Task brief: In the entries that follow, the lines from the one with "chamfer(f5_edges, length=F5_SIZE)" through the one with "A parametric FreeCAD" are the ones to write out, exactly and with both ends included. Nothing else should appear.

--- START ---

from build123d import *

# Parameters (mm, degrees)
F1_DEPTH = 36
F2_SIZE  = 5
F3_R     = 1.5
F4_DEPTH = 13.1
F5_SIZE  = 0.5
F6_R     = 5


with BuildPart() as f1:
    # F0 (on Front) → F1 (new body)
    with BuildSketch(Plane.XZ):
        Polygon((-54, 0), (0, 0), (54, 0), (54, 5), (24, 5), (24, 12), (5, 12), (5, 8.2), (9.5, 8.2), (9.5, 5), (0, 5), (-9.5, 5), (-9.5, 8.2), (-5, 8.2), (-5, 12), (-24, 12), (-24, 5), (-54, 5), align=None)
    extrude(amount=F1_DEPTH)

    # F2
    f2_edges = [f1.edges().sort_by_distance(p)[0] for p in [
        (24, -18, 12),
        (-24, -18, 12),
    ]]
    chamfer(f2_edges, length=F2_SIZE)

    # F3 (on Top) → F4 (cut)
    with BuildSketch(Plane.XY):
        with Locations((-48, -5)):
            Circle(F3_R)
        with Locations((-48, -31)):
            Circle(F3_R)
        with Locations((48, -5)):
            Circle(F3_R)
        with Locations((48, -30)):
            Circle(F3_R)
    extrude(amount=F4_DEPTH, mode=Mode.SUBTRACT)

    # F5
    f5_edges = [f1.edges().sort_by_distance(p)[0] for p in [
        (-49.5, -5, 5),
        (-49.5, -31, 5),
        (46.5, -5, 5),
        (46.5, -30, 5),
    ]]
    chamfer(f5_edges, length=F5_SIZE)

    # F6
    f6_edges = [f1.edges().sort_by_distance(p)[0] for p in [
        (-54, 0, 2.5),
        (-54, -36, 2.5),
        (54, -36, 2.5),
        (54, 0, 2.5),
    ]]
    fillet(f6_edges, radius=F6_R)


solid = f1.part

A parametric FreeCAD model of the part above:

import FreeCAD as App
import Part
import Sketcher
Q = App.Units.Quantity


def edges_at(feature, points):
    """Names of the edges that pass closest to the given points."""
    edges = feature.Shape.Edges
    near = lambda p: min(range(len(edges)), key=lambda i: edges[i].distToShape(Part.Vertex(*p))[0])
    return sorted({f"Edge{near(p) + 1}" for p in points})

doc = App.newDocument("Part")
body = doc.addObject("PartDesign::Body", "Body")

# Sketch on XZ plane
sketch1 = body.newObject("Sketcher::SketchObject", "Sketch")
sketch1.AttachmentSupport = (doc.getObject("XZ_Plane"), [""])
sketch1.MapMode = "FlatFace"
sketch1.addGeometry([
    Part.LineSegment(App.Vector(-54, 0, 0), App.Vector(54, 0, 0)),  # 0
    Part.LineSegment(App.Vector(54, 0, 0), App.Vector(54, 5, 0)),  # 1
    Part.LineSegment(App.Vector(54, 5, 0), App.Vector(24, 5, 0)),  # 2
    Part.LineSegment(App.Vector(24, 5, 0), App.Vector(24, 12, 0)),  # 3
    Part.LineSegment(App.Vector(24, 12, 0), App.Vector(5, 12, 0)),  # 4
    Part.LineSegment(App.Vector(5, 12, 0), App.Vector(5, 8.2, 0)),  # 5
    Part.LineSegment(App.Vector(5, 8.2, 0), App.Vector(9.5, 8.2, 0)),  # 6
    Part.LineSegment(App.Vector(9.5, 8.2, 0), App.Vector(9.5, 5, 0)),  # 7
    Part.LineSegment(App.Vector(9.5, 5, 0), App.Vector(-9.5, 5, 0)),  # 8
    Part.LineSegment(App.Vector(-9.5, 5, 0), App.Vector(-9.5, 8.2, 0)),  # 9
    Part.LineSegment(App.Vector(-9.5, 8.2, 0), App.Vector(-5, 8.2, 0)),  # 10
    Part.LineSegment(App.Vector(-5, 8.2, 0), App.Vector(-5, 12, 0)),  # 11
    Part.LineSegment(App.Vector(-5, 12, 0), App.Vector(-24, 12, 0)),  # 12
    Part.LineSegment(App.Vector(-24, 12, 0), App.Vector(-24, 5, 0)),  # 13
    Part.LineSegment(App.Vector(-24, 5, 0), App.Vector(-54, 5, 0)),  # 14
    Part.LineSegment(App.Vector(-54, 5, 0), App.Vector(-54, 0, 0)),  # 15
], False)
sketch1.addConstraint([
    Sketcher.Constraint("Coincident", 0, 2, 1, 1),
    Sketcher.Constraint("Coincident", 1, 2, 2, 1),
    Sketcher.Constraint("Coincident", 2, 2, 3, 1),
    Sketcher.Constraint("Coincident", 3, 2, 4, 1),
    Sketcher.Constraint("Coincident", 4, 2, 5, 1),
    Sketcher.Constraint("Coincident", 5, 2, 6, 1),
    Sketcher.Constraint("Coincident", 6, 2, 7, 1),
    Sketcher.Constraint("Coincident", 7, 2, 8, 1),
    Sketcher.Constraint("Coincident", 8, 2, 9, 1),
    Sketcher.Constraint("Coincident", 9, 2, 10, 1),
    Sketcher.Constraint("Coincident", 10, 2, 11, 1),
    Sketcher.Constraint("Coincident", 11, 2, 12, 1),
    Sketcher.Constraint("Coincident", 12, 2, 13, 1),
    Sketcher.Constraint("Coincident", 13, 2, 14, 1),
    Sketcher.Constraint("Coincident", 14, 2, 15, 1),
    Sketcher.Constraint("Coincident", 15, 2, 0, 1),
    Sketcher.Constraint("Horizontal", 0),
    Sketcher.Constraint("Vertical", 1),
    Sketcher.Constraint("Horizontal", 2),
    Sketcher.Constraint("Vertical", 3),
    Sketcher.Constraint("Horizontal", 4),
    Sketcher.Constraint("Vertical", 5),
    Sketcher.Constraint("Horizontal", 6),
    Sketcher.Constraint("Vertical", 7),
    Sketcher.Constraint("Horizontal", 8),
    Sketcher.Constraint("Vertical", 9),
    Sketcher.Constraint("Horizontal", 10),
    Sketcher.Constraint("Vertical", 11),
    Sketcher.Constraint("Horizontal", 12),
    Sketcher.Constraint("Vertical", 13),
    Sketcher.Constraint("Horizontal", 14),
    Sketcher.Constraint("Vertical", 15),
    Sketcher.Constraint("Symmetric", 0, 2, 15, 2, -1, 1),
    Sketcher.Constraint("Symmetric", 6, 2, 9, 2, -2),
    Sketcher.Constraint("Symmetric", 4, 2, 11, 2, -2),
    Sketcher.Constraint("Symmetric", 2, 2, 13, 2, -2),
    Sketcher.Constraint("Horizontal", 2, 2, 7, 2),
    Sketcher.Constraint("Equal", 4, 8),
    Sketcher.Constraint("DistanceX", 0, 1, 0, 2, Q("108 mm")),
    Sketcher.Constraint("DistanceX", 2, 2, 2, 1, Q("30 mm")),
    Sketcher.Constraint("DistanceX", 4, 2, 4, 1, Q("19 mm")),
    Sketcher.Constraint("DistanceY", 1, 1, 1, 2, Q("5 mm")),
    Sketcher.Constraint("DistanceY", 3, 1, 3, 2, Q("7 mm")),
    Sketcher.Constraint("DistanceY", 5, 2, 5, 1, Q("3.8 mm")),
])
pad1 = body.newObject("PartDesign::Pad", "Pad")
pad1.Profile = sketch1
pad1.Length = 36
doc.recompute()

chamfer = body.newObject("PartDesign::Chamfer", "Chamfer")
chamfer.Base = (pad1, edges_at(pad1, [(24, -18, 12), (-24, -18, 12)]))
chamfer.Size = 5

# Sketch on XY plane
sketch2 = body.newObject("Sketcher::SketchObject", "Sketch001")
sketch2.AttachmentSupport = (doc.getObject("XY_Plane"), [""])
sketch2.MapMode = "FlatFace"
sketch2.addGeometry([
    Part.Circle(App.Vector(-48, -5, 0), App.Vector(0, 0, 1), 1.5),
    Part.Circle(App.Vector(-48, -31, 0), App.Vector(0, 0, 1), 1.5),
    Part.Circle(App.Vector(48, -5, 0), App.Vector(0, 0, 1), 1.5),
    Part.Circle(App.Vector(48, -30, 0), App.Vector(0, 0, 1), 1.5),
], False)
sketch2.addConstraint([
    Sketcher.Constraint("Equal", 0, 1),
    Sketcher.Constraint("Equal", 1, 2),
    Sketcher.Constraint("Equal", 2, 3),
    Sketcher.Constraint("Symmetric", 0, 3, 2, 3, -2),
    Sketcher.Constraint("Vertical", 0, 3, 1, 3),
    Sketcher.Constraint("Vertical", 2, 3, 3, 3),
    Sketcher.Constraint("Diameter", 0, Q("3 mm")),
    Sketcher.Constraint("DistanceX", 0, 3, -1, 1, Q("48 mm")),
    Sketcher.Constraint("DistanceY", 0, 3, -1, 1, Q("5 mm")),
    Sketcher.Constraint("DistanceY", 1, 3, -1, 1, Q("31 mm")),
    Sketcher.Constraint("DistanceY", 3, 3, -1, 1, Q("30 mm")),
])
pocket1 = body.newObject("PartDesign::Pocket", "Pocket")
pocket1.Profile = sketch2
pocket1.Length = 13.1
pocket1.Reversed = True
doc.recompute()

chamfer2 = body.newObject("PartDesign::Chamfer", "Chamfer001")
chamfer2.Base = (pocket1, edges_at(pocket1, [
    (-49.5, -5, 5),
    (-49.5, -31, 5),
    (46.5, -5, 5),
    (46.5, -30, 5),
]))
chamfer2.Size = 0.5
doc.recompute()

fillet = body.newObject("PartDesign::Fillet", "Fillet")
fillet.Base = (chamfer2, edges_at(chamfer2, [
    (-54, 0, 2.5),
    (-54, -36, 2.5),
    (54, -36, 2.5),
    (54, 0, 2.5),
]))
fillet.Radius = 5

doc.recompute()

--- END ---

Result of the exercise:
    chamfer(f5_edges, length=F5_SIZE)

    # F6
    f6_edges = [f1.edges().sort_by_distance(p)[0] for p in [
        (-54, 0, 2.5),
        (-54, -36, 2.5),
        (54, -36, 2.5),
        (54, 0, 2.5),
    ]]
    fillet(f6_edges, radius=F6_R)


solid = f1.part

A parametric FreeCAD model of the part above:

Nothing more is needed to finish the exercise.